** RECORDS FOR THE TASK **
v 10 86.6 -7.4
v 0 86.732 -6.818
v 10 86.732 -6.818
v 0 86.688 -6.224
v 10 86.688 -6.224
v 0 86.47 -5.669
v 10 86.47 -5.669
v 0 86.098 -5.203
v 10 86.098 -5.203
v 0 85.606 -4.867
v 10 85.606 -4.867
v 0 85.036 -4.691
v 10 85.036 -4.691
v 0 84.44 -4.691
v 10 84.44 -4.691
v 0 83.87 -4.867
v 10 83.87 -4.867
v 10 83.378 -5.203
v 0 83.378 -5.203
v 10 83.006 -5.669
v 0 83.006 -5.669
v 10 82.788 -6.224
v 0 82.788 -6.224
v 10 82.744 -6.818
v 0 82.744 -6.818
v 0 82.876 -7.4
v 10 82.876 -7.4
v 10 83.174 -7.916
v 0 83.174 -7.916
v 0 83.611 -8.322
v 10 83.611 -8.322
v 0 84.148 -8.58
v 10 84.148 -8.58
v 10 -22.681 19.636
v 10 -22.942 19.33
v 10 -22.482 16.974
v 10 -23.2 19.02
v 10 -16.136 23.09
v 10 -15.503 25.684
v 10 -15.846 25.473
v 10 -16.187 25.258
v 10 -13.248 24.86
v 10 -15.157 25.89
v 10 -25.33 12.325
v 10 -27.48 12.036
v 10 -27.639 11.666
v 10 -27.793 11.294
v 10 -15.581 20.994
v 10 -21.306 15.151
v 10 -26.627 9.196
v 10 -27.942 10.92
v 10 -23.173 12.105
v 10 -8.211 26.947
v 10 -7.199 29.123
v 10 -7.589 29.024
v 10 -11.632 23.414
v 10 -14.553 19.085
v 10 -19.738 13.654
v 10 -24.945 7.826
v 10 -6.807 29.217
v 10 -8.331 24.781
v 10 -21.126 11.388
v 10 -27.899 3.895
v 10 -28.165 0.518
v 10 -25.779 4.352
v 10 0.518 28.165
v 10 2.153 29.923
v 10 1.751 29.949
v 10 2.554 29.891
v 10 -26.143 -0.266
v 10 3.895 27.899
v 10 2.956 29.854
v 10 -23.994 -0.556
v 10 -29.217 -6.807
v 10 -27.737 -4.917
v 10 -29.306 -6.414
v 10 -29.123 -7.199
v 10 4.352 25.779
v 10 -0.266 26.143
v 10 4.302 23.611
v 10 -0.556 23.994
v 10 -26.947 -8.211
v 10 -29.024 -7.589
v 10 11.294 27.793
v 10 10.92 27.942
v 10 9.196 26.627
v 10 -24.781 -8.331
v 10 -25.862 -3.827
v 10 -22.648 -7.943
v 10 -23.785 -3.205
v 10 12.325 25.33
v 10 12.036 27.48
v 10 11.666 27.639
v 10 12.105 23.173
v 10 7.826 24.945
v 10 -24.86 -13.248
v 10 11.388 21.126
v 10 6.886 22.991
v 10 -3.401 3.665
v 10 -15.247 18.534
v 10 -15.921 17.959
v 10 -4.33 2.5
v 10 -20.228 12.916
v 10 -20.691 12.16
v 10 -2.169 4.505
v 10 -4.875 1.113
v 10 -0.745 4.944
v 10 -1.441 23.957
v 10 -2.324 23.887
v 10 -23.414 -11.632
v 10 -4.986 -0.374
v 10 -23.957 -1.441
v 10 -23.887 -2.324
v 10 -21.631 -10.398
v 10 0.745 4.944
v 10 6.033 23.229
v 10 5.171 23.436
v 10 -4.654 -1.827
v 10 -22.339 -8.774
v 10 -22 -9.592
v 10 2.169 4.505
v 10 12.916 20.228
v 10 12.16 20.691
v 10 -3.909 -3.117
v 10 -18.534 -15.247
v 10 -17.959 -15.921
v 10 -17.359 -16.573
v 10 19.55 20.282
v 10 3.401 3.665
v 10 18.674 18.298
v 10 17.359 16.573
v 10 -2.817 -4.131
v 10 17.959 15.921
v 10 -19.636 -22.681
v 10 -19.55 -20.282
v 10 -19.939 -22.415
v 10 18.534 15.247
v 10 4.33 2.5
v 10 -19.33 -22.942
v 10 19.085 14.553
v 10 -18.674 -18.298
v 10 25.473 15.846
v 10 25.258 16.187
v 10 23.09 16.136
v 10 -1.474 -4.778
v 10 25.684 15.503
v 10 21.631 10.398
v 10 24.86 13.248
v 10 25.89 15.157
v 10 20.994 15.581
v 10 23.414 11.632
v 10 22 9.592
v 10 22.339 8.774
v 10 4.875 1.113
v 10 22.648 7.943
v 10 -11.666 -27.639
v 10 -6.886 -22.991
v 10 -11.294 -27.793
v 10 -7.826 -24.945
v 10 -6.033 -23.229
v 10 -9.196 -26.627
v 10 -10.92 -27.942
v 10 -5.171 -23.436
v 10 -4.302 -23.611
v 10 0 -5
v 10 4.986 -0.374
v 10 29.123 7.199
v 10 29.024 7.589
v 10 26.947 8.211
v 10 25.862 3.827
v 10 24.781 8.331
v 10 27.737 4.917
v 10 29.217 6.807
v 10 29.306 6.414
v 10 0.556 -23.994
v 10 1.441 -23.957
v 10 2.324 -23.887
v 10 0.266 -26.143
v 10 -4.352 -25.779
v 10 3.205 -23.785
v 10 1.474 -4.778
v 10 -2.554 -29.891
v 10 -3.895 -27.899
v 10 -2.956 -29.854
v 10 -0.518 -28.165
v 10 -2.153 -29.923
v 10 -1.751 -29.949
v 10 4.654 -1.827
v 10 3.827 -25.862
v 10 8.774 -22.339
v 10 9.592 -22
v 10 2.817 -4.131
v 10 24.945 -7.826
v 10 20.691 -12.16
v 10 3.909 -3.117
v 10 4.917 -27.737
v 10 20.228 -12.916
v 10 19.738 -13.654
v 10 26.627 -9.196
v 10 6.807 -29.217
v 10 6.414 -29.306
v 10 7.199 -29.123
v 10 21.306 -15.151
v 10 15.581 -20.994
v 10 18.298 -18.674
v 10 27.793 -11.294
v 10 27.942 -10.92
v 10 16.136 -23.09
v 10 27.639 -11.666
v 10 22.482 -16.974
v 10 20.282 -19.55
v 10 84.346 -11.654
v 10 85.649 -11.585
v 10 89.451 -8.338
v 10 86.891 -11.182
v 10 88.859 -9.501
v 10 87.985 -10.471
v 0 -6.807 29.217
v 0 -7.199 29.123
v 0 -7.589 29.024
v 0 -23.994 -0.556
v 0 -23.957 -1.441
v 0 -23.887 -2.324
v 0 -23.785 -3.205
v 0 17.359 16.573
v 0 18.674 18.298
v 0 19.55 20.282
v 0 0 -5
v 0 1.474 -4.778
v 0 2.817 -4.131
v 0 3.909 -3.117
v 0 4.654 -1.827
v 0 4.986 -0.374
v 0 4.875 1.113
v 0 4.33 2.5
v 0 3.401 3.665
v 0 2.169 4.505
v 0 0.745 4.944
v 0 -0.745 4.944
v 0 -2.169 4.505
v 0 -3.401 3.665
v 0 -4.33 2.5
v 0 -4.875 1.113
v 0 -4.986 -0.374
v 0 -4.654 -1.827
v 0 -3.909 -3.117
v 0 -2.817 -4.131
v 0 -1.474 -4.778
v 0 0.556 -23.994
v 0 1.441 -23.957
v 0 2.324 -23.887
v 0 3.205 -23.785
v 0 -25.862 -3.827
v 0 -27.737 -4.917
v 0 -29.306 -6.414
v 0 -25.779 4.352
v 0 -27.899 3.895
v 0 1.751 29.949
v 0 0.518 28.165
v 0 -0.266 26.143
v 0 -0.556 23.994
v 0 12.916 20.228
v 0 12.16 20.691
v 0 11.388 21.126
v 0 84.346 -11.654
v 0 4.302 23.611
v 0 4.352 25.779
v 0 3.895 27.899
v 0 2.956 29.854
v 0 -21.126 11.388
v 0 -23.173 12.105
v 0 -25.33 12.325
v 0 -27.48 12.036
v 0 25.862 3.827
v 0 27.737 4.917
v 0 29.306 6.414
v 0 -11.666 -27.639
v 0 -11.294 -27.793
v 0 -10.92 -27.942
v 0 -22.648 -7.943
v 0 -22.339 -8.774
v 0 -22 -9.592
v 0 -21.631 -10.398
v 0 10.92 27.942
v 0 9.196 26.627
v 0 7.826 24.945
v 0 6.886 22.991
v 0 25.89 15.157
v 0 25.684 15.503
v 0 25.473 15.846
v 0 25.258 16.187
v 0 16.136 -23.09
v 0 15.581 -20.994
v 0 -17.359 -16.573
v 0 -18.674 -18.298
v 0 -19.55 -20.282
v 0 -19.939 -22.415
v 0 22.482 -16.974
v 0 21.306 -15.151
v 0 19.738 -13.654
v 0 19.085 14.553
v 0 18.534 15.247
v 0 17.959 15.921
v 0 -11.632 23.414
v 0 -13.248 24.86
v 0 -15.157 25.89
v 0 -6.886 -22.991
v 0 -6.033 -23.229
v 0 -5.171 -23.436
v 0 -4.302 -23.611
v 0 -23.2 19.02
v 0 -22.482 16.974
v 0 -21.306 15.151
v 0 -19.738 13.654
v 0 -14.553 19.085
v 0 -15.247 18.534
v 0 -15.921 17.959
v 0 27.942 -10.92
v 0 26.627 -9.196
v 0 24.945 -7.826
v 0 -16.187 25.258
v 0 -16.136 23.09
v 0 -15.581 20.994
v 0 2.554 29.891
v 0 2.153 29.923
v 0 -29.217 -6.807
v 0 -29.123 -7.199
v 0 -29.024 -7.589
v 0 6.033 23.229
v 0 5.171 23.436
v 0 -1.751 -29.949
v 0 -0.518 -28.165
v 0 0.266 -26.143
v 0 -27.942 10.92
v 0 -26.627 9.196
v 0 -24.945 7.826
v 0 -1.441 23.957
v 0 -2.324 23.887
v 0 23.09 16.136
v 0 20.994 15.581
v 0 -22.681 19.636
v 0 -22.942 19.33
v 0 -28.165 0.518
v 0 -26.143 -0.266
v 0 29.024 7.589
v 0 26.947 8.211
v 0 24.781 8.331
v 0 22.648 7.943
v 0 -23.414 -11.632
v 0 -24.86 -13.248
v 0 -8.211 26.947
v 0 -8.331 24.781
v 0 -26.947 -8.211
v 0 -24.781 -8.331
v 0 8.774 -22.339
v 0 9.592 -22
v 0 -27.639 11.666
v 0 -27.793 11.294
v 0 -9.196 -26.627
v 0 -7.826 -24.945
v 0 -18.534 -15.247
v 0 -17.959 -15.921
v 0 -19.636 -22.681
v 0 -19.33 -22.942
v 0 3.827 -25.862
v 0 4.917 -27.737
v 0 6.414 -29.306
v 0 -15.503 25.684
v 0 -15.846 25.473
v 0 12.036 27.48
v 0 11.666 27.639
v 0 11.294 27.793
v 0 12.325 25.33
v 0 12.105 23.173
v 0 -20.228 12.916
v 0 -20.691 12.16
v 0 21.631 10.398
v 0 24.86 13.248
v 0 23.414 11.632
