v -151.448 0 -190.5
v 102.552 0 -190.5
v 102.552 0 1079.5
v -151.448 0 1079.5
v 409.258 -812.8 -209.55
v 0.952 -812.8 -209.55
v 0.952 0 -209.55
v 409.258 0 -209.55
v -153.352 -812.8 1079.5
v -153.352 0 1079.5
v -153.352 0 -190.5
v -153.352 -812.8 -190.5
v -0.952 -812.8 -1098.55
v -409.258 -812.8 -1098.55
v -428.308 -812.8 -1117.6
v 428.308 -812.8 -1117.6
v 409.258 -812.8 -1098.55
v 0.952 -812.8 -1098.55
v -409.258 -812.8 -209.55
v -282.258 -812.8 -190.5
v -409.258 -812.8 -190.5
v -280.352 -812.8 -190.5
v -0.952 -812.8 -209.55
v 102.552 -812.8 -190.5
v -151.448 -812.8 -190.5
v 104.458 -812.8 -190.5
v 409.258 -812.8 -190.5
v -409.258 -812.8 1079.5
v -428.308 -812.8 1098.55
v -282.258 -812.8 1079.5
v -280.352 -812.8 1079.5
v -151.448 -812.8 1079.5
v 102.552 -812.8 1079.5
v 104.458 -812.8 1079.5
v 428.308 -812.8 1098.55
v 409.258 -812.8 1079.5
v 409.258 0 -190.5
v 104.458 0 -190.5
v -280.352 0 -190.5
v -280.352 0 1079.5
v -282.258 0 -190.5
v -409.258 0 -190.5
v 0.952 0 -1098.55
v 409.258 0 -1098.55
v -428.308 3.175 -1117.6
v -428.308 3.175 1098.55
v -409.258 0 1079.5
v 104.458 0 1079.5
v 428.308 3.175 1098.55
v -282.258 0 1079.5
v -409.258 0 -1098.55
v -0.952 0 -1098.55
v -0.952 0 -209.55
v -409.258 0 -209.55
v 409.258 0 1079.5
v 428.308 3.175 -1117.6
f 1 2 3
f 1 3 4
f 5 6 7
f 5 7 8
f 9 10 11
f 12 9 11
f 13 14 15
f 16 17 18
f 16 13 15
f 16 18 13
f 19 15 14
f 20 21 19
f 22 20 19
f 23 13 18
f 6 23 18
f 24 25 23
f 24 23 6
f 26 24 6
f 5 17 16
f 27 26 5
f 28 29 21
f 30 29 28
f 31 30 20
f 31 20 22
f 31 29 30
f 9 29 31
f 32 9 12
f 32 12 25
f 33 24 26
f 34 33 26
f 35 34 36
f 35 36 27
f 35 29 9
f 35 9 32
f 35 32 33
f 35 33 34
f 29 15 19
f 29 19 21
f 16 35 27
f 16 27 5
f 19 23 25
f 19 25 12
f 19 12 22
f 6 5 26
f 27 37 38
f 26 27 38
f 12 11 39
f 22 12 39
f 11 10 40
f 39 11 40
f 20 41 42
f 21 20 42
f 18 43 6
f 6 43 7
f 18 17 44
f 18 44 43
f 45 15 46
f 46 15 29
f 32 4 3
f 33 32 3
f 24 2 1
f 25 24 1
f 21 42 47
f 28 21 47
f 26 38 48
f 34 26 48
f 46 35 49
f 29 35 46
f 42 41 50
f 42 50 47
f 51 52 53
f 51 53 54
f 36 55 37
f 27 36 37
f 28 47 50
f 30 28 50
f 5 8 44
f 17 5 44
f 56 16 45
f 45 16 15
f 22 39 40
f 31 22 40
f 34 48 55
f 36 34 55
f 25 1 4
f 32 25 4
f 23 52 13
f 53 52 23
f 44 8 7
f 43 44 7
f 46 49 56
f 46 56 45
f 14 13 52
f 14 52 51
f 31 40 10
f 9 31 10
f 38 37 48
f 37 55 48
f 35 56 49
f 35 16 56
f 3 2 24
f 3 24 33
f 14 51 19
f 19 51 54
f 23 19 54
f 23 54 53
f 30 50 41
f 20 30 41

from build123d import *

# Parameters (mm, degrees)
F0_W     = 1.905
F0_H     = 889
F0_H_2   = 1270
F0_W_2   = 127
F0_H_3   = 19.05
F1_DEPTH = 812.8
F2_W     = 856.615
F2_H     = 2216.15
F3_DEPTH = 3.175


with BuildPart() as f1:
    # F0 (on Front) → F1 (new body)
    with BuildSketch(Plane.XZ):
        Polygon((-409.2575, 1079.5), (-409.2575, 1098.55), (-428.3075, 1098.55), (-428.3075, -1117.6), (-409.2575, -1117.6), (-409.2575, -1098.55), (-409.2575, -209.55), (-409.2575, -190.5), align=None)
        Polygon((-409.2575, -1098.55), (-409.2575, -1117.6), (409.2575, -1117.6), (409.2575, -1098.55), (0.9525, -1098.55), (-0.9525, -1098.55), align=None)
        Polygon((428.3075, 1098.55), (409.2575, 1098.55), (409.2575, 1079.5), (409.2575, 463.55), (409.2575, 419.1), (409.2575, -190.5), (409.2575, -209.55), (409.2575, -342.9), (409.2575, -1098.55), (409.2575, -1117.6), (428.3075, -1117.6), align=None)
        Polygon((-282.2575, -190.5), (-409.2575, -190.5), (-409.2575, -209.55), (-0.9525, -209.55), (0.9525, -209.55), (409.2575, -209.55), (409.2575, -190.5), (104.4575, -190.5), (102.5525, -190.5), (-151.4475, -190.5), (-153.3525, -190.5), (-280.3525, -190.5), align=None)
        with Locations((0, -654.05)):
            Rectangle(F0_W, F0_H)
        with Locations((-281.305, 444.5)):
            Rectangle(F0_W, F0_H_2)
        with Locations((-152.4, 444.5)):
            Rectangle(F0_W, F0_H_2)
        with Locations((103.505, 444.5)):
            Rectangle(F0_W, F0_H_2)
        Polygon((102.5525, 1098.55), (-153.3525, 1098.55), (-153.3525, 1079.5), (-151.4475, 1079.5), (102.5525, 1079.5), align=None)
        Polygon((409.2575, 1098.55), (102.5525, 1098.55), (102.5525, 1079.5), (104.4575, 1079.5), (409.2575, 1079.5), align=None)
        Polygon((-153.3525, 1098.55), (-282.2575, 1098.55), (-282.2575, 1079.5), (-280.3525, 1079.5), (-153.3525, 1079.5), align=None)
        with Locations((-345.7575, 1089.025)):
            Rectangle(F0_W_2, F0_H_3)
    extrude(amount=F1_DEPTH)

    # F2 (on face) → F3 (join)
    with BuildSketch(Plane(origin=(0, 0, 0), x_dir=(-1, 0, 0), z_dir=(0, 1, 0))):
        with Locations((0, -9.525)):
            Rectangle(F2_W, F2_H)
    extrude(amount=F3_DEPTH)


solid = f1.part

** ASSIGNMENT **
What are the lines, exactly as written above, from the line with "v 10 -22.681 19.636" to the line with "v 10 -23.785 -3.205", both included? Output only those.

** PROBLEM SOLUTION **
v 10 -22.681 19.636
v 10 -22.942 19.33
v 10 -22.482 16.974
v 10 -23.2 19.02
v 10 -16.136 23.09
v 10 -15.503 25.684
v 10 -15.846 25.473
v 10 -16.187 25.258
v 10 -13.248 24.86
v 10 -15.157 25.89
v 10 -25.33 12.325
v 10 -27.48 12.036
v 10 -27.639 11.666
v 10 -27.793 11.294
v 10 -15.581 20.994
v 10 -21.306 15.151
v 10 -26.627 9.196
v 10 -27.942 10.92
v 10 -23.173 12.105
v 10 -8.211 26.947
v 10 -7.199 29.123
v 10 -7.589 29.024
v 10 -11.632 23.414
v 10 -14.553 19.085
v 10 -19.738 13.654
v 10 -24.945 7.826
v 10 -6.807 29.217
v 10 -8.331 24.781
v 10 -21.126 11.388
v 10 -27.899 3.895
v 10 -28.165 0.518
v 10 -25.779 4.352
v 10 0.518 28.165
v 10 2.153 29.923
v 10 1.751 29.949
v 10 2.554 29.891
v 10 -26.143 -0.266
v 10 3.895 27.899
v 10 2.956 29.854
v 10 -23.994 -0.556
v 10 -29.217 -6.807
v 10 -27.737 -4.917
v 10 -29.306 -6.414
v 10 -29.123 -7.199
v 10 4.352 25.779
v 10 -0.266 26.143
v 10 4.302 23.611
v 10 -0.556 23.994
v 10 -26.947 -8.211
v 10 -29.024 -7.589
v 10 11.294 27.793
v 10 10.92 27.942
v 10 9.196 26.627
v 10 -24.781 -8.331
v 10 -25.862 -3.827
v 10 -22.648 -7.943
v 10 -23.785 -3.205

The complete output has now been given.